Brief » Take the lines below between the one holding "#168=LINE('',#167,#19);" and the one holding "#184=FACE_BOUND('',#183,.T.);", inclusive, and copy them exactly. Add nothing.
= Beginning of Section =
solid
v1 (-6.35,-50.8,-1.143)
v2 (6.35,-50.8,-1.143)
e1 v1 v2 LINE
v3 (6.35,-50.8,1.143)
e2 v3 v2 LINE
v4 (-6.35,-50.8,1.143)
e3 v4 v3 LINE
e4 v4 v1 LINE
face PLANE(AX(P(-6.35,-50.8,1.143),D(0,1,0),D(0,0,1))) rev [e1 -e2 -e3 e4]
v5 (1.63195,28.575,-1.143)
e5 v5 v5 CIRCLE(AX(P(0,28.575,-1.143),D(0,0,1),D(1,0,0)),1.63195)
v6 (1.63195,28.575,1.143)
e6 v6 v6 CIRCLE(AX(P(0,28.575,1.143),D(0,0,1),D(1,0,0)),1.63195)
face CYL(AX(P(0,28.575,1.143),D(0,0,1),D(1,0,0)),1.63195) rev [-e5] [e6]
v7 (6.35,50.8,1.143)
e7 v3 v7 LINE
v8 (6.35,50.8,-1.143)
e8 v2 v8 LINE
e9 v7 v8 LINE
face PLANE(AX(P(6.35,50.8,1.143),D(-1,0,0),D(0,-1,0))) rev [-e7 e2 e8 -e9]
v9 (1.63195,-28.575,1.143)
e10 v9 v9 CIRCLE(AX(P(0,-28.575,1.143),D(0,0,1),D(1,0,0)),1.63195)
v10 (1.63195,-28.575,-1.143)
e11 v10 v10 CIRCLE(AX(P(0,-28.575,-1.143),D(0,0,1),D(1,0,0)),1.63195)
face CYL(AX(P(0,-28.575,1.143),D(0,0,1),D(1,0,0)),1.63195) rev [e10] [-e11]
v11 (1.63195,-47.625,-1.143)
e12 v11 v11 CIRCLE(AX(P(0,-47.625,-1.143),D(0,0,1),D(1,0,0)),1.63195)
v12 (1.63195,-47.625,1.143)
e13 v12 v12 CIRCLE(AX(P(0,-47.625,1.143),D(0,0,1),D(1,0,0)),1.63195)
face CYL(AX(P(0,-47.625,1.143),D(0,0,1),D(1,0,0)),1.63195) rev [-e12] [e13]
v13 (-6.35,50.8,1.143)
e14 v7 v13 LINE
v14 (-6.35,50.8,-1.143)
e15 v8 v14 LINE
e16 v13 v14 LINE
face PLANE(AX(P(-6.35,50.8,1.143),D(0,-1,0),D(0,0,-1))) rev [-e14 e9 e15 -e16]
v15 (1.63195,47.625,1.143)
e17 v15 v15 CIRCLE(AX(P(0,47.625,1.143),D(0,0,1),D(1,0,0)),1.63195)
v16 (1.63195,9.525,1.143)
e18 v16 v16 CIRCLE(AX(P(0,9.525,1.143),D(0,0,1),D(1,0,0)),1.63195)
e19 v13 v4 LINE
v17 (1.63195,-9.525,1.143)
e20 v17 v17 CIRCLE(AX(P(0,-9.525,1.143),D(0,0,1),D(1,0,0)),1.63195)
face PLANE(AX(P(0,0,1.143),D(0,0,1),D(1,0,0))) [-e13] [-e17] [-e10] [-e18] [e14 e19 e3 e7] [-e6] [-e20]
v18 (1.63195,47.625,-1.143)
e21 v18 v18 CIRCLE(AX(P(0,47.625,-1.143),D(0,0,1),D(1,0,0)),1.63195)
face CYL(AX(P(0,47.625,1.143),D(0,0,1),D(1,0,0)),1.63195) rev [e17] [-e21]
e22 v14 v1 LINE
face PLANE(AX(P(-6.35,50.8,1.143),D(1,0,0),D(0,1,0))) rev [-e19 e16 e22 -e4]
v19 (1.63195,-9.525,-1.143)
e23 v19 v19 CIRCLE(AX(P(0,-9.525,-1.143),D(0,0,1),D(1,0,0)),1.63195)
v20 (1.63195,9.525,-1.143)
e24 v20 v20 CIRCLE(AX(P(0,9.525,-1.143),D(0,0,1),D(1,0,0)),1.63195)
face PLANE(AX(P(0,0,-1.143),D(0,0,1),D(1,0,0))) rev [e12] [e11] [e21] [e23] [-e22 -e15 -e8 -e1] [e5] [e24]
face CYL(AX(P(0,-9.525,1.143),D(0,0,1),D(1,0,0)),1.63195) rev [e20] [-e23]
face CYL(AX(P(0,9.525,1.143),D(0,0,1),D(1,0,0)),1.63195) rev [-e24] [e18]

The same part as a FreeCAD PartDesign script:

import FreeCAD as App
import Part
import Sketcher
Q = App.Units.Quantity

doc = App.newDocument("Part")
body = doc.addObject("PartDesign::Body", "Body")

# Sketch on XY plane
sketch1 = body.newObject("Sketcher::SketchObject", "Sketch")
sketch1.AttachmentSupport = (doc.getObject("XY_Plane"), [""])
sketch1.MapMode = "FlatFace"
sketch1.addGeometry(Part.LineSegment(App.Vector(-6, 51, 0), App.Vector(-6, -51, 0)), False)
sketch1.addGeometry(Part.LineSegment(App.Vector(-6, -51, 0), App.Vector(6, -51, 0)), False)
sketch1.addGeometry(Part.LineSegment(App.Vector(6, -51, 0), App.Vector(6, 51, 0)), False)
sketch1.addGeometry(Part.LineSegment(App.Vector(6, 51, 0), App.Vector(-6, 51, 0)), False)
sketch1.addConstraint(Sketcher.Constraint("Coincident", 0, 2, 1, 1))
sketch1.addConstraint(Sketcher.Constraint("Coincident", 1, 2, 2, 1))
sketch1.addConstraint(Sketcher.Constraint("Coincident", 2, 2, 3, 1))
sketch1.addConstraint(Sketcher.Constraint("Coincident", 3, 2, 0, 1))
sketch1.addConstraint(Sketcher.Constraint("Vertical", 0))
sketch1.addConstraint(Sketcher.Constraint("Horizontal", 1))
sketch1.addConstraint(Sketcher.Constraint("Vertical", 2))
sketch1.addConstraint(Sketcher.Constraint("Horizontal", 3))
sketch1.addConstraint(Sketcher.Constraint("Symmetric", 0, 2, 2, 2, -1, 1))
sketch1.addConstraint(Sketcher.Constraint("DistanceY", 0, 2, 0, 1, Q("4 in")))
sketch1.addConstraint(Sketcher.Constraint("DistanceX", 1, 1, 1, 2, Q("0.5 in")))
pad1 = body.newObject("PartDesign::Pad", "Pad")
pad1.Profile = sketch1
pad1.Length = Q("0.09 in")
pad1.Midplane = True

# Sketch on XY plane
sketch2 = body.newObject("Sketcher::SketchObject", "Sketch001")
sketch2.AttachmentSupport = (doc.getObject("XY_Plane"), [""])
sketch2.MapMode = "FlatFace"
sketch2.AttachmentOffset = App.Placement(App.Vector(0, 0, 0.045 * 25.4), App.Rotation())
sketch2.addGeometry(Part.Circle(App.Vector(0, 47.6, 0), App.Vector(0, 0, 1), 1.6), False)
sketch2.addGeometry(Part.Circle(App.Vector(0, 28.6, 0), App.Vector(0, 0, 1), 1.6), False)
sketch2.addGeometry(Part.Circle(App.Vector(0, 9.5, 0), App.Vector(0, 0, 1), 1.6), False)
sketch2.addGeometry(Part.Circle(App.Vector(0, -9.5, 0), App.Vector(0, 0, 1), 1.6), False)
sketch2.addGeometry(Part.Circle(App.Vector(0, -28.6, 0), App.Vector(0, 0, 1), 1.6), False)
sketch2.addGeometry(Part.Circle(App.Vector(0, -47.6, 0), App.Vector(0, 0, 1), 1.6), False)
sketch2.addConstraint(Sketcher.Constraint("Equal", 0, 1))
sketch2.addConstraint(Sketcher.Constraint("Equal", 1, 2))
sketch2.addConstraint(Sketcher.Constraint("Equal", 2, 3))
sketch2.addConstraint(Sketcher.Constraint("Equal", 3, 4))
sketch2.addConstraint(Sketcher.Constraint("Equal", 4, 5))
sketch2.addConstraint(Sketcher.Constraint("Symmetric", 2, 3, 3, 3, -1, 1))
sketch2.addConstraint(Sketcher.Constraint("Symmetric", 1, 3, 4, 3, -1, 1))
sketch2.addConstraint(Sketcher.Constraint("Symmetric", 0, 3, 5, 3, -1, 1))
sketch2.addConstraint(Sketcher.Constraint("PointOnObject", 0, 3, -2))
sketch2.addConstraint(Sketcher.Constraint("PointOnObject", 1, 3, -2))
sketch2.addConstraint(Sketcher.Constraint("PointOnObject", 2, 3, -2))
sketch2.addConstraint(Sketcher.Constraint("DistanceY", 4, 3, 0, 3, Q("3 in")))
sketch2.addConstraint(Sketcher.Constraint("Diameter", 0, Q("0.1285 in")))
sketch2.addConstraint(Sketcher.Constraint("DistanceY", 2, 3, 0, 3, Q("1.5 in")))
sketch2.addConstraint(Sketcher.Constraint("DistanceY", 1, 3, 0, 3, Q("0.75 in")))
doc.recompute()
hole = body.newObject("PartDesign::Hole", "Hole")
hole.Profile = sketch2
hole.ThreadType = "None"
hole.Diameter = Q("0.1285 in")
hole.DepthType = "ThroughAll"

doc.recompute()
= End of Section =
= Beginning of Section =
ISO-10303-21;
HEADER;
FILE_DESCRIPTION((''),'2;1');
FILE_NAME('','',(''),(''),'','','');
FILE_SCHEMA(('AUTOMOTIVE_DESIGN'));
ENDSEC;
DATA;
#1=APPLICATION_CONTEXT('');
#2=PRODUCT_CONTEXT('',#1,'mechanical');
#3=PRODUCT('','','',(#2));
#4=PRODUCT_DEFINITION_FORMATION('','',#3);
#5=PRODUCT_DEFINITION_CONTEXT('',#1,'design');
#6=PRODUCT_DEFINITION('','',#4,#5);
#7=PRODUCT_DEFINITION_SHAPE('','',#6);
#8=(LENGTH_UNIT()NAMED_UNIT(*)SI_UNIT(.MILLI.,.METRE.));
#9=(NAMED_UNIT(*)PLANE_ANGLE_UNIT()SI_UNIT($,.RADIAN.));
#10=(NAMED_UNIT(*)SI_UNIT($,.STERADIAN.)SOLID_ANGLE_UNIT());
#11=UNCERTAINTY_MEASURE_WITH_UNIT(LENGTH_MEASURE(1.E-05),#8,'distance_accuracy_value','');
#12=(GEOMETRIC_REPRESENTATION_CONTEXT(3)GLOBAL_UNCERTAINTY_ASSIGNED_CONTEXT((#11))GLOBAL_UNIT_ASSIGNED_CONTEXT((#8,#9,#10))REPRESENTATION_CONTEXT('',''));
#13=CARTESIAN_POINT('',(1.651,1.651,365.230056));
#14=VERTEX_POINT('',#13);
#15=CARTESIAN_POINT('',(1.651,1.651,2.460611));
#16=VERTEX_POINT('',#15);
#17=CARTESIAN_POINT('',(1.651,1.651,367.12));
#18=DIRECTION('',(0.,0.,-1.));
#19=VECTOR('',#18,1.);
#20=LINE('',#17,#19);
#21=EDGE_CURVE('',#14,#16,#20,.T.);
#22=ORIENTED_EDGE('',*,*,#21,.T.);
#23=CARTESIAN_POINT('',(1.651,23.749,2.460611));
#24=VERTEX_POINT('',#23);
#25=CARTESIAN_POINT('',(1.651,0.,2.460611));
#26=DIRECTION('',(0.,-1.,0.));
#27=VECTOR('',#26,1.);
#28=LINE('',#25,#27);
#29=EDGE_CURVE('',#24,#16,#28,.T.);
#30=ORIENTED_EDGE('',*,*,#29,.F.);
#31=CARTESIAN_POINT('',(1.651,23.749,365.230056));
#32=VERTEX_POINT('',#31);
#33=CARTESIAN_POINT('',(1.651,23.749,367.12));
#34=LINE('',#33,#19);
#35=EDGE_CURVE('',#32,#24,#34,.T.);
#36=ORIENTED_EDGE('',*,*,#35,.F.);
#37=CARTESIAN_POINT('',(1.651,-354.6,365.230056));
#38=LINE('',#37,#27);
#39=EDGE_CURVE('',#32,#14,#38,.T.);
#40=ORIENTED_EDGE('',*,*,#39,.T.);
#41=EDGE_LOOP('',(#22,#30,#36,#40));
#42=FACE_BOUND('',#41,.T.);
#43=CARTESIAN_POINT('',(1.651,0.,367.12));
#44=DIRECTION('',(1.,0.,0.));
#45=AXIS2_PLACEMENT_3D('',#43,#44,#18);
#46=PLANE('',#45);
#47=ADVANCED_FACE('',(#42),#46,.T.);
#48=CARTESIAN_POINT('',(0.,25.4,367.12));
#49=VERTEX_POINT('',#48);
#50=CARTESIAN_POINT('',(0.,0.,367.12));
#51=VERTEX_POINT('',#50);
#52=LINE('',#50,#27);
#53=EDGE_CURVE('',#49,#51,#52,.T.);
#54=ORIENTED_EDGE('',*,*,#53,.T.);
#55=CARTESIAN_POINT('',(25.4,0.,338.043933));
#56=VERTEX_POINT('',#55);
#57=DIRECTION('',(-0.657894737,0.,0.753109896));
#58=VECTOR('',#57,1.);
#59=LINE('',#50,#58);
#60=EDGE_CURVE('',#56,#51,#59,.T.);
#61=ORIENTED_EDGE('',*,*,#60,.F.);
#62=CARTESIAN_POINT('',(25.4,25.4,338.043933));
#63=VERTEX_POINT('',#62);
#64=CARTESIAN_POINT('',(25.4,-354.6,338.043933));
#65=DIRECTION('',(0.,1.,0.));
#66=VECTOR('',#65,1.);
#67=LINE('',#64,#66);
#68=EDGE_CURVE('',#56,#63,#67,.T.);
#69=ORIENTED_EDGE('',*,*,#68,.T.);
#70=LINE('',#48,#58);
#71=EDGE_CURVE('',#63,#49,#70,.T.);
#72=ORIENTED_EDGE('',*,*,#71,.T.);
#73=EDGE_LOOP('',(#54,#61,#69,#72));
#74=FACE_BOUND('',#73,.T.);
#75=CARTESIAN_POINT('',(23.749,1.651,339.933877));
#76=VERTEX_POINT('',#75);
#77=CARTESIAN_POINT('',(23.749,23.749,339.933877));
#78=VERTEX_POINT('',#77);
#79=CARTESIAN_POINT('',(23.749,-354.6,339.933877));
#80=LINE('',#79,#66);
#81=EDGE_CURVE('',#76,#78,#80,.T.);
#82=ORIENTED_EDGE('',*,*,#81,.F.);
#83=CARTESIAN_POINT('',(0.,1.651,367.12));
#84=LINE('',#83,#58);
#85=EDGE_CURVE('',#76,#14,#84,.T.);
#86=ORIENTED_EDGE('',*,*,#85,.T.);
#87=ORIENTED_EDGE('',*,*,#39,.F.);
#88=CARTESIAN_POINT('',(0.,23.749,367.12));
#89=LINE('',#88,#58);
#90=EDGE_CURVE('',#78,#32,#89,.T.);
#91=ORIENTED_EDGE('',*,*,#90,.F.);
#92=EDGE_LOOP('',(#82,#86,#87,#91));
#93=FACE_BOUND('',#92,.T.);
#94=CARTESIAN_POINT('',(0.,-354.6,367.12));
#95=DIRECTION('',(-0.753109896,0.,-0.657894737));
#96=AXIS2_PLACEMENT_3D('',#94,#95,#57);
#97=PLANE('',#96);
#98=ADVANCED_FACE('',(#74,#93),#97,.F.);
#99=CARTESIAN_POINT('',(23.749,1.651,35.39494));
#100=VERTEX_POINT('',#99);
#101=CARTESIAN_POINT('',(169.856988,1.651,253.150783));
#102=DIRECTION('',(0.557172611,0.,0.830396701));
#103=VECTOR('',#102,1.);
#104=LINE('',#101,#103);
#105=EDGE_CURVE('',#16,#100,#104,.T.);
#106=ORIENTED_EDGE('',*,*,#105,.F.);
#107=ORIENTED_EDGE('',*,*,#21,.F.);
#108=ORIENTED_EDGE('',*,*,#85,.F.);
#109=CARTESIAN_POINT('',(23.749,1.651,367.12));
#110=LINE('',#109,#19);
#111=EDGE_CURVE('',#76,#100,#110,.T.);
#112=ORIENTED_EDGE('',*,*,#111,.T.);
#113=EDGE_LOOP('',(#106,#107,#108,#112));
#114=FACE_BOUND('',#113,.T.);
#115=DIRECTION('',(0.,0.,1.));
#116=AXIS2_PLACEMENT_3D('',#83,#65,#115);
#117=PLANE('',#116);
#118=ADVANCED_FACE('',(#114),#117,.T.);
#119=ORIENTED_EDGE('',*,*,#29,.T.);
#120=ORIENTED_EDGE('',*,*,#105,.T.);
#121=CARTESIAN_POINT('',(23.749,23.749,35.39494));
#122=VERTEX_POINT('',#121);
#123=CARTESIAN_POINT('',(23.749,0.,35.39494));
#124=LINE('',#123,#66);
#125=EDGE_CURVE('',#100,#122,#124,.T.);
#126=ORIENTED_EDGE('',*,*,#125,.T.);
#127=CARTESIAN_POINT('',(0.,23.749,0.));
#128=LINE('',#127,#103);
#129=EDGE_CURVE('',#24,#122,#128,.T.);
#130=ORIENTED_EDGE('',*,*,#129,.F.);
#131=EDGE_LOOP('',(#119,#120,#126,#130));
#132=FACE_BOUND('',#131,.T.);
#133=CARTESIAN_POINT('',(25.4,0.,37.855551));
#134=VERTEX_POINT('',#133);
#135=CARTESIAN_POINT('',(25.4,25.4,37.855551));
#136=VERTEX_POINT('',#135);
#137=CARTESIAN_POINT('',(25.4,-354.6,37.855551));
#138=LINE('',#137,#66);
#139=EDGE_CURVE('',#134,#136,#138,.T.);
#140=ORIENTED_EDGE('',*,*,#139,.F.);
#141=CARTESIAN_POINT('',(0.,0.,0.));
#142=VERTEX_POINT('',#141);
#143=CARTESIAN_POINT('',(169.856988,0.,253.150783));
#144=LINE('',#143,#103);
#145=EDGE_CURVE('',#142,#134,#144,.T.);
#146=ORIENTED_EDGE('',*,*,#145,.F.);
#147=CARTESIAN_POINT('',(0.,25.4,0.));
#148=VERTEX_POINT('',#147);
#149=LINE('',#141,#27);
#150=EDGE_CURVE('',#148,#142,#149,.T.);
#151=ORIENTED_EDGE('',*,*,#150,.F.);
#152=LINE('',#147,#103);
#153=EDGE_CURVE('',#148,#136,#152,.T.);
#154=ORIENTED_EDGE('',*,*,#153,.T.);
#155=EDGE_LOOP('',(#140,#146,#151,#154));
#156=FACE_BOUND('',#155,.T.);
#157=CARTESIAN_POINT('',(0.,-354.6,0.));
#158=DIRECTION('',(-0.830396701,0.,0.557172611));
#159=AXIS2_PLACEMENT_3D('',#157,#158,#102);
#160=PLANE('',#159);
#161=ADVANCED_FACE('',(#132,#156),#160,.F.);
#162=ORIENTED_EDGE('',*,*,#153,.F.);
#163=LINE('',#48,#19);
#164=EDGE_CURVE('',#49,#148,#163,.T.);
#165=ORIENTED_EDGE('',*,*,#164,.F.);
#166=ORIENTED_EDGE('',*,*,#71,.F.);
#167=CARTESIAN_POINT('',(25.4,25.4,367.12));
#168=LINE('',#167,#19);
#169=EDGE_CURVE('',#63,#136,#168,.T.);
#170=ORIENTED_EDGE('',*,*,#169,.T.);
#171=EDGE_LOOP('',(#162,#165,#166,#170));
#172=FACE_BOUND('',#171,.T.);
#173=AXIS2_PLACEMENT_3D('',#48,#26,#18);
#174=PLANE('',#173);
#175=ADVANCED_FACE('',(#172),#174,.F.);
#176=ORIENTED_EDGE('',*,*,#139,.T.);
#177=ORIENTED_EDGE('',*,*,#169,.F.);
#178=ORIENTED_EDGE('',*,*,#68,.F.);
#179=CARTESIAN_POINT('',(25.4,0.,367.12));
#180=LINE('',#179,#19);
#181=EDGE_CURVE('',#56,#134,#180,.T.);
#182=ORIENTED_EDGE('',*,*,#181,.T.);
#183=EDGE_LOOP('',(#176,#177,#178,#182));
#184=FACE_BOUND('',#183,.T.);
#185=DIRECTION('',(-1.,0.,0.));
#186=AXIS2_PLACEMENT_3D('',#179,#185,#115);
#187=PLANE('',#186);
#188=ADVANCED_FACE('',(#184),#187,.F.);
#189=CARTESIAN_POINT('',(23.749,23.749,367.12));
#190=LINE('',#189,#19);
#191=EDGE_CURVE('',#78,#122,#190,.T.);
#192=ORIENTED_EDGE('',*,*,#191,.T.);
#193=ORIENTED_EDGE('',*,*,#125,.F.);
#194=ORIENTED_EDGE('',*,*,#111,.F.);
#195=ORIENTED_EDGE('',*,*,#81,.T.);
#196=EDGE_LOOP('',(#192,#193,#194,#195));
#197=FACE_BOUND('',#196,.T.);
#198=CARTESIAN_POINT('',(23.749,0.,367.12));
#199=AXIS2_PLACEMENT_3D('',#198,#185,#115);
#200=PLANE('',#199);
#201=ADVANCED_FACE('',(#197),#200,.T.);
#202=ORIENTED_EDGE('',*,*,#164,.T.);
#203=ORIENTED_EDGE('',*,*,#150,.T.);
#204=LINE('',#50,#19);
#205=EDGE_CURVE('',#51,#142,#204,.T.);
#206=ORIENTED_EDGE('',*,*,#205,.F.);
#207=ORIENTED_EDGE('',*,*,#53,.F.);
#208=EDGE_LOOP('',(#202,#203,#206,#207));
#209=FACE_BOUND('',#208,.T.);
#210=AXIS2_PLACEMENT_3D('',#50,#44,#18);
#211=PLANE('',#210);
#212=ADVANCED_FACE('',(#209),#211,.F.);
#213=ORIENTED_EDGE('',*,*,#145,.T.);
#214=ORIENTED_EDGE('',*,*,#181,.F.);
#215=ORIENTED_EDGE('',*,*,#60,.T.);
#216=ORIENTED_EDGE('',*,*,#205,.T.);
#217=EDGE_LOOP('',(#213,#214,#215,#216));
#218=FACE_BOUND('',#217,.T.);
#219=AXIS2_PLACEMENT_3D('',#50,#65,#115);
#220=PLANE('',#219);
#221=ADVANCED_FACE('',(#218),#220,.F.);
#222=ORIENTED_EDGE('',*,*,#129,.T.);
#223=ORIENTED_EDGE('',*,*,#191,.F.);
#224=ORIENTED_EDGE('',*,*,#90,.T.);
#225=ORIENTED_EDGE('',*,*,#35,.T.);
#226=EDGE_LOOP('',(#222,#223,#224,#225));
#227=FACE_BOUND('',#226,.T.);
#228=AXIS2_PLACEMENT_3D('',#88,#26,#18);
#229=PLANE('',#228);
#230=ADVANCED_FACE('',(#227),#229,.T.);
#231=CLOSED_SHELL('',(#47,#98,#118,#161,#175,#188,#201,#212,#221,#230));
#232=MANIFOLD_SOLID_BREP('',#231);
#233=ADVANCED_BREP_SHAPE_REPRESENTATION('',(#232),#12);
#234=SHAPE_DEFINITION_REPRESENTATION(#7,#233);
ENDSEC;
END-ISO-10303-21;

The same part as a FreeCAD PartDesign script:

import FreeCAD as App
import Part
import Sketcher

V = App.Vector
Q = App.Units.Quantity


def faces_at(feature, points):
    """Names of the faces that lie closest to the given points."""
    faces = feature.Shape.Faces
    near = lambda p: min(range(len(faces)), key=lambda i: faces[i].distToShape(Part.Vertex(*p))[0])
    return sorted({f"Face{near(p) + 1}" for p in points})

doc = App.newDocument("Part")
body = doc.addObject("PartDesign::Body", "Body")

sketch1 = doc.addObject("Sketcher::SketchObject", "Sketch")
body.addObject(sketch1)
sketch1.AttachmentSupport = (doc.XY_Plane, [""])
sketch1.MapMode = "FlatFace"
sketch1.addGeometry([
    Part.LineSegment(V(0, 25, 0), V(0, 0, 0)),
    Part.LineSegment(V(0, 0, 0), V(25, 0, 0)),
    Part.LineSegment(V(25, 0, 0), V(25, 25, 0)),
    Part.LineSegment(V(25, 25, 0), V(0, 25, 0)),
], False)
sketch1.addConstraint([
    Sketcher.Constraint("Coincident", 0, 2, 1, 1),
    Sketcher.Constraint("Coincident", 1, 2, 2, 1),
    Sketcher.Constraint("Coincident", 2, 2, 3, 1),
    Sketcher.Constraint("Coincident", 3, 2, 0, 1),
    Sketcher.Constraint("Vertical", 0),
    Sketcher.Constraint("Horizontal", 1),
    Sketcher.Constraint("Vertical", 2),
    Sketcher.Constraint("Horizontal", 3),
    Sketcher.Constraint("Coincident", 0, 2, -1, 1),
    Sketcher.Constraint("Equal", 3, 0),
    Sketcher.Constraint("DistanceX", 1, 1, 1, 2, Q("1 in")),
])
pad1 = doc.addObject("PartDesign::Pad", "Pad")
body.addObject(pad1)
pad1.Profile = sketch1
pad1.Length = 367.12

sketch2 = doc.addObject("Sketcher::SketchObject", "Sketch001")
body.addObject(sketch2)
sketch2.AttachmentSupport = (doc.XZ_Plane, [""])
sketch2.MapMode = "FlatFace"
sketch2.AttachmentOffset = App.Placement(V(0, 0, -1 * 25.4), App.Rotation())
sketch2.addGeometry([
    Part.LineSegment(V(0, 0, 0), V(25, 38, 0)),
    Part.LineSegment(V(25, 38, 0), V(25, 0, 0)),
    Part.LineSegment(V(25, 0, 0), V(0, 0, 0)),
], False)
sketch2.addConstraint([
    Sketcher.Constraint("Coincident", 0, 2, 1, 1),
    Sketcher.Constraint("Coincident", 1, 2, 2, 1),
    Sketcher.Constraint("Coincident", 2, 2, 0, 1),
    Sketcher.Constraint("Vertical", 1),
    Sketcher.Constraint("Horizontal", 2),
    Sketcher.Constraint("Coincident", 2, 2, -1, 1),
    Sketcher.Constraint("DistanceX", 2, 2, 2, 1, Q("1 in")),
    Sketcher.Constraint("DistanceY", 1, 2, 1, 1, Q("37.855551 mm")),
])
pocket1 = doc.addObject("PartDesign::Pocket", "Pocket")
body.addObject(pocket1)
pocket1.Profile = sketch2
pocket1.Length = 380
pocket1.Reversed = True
= End of Section =
Response »
#168=LINE('',#167,#19);
#169=EDGE_CURVE('',#63,#136,#168,.T.);
#170=ORIENTED_EDGE('',*,*,#169,.T.);
#171=EDGE_LOOP('',(#162,#165,#166,#170));
#172=FACE_BOUND('',#171,.T.);
#173=AXIS2_PLACEMENT_3D('',#48,#26,#18);
#174=PLANE('',#173);
#175=ADVANCED_FACE('',(#172),#174,.F.);
#176=ORIENTED_EDGE('',*,*,#139,.T.);
#177=ORIENTED_EDGE('',*,*,#169,.F.);
#178=ORIENTED_EDGE('',*,*,#68,.F.);
#179=CARTESIAN_POINT('',(25.4,0.,367.12));
#180=LINE('',#179,#19);
#181=EDGE_CURVE('',#56,#134,#180,.T.);
#182=ORIENTED_EDGE('',*,*,#181,.T.);
#183=EDGE_LOOP('',(#176,#177,#178,#182));
#184=FACE_BOUND('',#183,.T.);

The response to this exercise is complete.